Meinerzhagen -  Die Resonanz auf das jüngste Treffen der Gruppe Ü-60 war einmal mehr groß – und das dürfte nicht zuletzt am Thema gelegen haben, das Referent Thorsten Stracke, seines Zeichens Fraktionsvorsitzender der CDU Meinerzhagen, vorbereitet hatte. Gut 50 Gäste verfolgten am Dienstagnachmittag im katholischen Jugendheim an der Kampstraße seine Ausführungen mit der Überschrift „Quo Vadis Meinerzhagen?“.

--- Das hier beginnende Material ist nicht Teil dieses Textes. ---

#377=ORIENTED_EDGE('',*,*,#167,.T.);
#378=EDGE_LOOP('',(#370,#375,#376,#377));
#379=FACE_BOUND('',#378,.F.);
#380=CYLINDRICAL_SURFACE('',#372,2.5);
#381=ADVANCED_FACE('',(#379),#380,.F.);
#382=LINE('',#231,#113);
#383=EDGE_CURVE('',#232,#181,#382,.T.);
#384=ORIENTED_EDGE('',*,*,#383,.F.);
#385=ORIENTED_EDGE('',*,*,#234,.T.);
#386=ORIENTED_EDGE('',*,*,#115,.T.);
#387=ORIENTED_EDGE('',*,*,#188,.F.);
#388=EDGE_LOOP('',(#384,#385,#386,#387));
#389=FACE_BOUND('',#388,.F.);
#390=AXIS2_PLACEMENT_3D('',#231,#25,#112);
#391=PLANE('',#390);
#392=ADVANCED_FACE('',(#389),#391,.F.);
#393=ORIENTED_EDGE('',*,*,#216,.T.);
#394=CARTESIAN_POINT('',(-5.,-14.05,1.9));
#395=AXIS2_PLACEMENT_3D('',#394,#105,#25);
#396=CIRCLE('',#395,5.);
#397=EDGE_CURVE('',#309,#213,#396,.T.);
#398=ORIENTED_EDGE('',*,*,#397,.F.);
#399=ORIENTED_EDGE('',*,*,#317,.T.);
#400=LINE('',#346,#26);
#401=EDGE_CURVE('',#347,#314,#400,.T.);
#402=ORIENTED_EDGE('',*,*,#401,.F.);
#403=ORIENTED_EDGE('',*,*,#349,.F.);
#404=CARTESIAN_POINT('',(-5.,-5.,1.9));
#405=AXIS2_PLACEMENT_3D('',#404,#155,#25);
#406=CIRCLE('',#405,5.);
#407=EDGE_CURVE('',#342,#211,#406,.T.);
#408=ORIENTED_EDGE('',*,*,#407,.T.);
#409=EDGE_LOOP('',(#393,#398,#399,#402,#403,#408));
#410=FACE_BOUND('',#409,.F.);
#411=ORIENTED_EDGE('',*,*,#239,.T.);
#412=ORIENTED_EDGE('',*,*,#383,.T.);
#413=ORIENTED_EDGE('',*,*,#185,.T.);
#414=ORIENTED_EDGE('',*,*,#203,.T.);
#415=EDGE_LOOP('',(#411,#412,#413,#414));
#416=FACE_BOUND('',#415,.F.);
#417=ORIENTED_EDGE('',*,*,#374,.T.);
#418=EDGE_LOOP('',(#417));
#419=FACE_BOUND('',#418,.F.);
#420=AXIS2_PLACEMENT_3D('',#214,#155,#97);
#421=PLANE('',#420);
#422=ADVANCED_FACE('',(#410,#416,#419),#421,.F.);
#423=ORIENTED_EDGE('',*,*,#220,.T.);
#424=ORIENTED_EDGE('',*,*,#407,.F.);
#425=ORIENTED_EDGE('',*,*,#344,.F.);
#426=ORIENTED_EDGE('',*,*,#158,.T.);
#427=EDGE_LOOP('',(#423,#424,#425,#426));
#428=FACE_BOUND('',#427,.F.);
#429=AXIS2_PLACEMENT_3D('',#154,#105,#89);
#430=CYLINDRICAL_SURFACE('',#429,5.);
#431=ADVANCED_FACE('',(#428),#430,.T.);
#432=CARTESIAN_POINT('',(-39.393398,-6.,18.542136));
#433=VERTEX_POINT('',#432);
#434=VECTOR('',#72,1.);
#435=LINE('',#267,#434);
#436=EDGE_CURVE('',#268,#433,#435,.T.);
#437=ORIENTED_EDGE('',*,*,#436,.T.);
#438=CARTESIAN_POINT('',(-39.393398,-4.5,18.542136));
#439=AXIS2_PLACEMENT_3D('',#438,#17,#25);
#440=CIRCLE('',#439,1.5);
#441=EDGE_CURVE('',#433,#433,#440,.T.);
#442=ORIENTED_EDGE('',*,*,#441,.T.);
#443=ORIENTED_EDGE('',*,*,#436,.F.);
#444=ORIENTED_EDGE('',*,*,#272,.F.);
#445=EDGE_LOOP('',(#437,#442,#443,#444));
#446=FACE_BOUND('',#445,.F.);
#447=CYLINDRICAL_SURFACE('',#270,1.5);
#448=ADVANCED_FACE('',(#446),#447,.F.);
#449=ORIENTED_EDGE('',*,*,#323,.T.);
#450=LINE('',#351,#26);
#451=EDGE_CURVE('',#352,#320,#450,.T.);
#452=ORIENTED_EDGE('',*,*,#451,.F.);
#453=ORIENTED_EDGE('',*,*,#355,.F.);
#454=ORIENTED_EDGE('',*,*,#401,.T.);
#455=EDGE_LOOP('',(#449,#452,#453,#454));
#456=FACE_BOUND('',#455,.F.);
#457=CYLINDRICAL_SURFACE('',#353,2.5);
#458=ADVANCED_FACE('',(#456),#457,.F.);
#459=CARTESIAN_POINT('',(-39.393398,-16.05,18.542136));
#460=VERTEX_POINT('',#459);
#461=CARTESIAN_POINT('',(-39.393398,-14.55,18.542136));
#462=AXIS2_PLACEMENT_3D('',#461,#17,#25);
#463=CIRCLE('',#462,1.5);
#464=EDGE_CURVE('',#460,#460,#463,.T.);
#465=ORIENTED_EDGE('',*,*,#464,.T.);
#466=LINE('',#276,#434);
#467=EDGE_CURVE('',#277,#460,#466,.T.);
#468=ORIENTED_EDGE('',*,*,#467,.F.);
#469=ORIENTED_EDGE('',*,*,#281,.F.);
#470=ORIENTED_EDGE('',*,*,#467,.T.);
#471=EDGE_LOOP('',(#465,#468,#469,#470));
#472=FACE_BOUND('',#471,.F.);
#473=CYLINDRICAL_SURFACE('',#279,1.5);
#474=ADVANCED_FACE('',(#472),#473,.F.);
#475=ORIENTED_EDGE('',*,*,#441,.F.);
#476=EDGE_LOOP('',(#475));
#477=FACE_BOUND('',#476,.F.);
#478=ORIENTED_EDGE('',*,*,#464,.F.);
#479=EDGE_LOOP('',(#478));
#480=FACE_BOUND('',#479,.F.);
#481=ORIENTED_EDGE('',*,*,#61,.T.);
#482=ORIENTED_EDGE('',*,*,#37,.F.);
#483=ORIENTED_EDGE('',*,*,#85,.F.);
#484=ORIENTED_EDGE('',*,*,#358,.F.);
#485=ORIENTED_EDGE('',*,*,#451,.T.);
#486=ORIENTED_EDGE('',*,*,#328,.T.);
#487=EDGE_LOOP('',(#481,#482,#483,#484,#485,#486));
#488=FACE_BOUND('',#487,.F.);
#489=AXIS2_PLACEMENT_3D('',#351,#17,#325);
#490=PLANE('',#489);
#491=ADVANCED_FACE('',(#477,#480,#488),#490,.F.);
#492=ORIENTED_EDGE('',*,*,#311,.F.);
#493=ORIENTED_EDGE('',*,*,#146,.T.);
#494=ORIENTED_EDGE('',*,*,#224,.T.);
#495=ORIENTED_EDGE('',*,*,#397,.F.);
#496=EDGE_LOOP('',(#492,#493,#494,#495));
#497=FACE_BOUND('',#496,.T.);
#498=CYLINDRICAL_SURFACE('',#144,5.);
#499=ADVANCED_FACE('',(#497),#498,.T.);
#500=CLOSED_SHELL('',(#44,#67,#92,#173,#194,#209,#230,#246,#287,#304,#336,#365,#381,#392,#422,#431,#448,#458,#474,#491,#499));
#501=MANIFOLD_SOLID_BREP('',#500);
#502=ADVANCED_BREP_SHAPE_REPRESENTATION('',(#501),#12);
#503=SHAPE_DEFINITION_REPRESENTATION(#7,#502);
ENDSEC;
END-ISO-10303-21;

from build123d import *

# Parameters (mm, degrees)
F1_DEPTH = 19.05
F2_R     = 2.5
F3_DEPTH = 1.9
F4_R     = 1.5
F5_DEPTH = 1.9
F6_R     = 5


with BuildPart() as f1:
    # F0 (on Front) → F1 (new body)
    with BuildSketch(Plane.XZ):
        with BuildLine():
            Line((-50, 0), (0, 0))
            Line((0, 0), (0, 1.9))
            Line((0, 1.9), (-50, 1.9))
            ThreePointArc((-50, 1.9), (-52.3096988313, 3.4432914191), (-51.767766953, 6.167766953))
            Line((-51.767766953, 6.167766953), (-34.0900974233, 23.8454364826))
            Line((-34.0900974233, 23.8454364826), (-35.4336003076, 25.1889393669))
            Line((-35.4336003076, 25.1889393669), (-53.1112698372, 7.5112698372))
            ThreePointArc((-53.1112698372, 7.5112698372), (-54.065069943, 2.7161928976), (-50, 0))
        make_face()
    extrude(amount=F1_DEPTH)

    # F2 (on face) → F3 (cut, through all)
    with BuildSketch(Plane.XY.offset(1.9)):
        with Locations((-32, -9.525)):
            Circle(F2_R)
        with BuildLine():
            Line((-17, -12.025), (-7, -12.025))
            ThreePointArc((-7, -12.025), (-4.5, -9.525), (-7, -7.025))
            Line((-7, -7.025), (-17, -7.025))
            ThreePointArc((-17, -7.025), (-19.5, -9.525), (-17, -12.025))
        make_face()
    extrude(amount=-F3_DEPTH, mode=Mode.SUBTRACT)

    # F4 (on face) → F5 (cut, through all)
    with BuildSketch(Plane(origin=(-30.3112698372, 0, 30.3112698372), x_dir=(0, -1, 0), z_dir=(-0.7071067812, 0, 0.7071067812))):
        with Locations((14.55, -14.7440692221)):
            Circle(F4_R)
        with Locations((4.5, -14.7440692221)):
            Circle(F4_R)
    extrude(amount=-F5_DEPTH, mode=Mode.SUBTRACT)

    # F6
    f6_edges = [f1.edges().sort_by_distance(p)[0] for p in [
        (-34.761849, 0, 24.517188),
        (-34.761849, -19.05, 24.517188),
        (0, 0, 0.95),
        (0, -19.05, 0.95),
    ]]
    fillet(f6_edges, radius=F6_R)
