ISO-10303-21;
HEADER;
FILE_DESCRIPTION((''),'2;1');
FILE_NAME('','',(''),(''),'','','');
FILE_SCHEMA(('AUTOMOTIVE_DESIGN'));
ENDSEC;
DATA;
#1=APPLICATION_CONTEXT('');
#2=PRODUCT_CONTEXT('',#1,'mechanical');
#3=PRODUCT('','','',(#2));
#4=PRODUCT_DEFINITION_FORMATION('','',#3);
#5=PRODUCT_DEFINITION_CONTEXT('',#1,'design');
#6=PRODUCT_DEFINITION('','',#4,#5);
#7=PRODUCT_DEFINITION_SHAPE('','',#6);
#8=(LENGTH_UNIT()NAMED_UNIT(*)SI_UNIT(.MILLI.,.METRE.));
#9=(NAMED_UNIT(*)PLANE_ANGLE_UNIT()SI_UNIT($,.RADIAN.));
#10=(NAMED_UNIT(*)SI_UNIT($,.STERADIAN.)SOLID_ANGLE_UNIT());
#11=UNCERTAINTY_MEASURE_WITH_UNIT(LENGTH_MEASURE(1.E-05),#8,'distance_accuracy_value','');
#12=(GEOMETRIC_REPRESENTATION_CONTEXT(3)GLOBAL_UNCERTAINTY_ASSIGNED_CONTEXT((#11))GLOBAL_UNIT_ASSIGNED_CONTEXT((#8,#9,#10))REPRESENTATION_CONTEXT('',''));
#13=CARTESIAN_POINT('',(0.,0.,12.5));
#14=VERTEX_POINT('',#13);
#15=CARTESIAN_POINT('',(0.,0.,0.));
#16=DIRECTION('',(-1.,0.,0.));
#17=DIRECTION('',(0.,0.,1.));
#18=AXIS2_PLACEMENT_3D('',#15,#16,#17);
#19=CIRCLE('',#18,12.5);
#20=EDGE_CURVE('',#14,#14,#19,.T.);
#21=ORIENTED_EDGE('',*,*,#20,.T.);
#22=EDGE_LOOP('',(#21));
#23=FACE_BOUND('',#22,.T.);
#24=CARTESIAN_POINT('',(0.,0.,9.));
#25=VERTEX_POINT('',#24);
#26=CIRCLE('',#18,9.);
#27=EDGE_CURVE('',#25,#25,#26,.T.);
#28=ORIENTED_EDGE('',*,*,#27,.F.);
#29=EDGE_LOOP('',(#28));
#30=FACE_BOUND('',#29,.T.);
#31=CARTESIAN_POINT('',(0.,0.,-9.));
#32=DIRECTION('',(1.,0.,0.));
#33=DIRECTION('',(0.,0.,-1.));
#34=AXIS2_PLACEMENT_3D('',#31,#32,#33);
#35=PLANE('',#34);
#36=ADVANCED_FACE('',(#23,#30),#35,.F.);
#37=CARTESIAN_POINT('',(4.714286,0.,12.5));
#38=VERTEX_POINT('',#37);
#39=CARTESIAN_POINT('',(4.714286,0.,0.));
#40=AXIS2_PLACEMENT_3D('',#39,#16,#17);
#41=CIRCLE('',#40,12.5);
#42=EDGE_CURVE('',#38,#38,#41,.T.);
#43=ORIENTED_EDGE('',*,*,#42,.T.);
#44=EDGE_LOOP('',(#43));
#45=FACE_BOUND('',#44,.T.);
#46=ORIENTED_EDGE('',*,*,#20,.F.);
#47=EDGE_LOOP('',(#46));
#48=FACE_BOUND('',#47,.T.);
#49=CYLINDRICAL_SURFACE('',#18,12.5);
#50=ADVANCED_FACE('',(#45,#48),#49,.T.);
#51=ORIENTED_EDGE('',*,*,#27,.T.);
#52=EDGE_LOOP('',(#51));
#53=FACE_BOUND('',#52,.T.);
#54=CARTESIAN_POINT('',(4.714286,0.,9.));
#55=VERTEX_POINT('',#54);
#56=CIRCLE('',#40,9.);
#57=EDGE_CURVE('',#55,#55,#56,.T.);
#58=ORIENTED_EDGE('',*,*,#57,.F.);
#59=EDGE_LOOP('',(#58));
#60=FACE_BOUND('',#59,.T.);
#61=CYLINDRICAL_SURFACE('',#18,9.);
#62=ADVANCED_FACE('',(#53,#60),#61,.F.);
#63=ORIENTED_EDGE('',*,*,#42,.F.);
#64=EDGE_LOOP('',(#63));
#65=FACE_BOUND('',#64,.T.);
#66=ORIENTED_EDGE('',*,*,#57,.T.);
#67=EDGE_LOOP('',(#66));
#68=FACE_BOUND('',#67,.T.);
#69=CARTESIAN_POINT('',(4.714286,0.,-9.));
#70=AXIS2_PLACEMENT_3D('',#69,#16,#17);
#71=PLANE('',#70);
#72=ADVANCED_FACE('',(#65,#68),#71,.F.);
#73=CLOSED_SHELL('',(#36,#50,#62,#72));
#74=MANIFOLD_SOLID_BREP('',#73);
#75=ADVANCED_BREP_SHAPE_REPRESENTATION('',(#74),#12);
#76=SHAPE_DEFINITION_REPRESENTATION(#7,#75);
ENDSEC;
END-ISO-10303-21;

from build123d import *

# Parameters (mm, degrees)
SKETCH1_W = 4.714285714
SKETCH1_H = 3.5


with BuildPart() as part:
    # Sketch1 → Revolve1 (revolve)
    with BuildSketch(Plane(origin=(0, 0, 0), x_dir=(1, 0, 0), z_dir=(0, 1, 0)), mode=Mode.PRIVATE) as revolve1_sk:
        with Locations((2.357142857, 10.75)):
            Rectangle(SKETCH1_W, SKETCH1_H)
    revolve(revolve1_sk.sketch.rotate(Axis((0, 0, 0), (1, 0, 0)), 180), axis=Axis((0, 0, 0), (1, 0, 0)))


solid = part.part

Dementsprechend versuchte er, den Zuhörer in einer Kombination aus Stichpunkten über die Geschehnisse in der jüngsten Vergangenheit und den derzeitigen Planungen und Aktivitäten, einen Blick in die Zukunft zu ermöglichen. Zwar gehörte auch die Randbetrachtung der Regionale dazu – unter anderem mit der Umgestaltung des Stadthallenumfeldes –, die Nachnutzung des Hauptschulgebäudes und der Jugendherberge sowie die Finanzlage der Stadt, richtig interessant für viele Teilnehmer wurde es aber erst beim Thema Stadthalle.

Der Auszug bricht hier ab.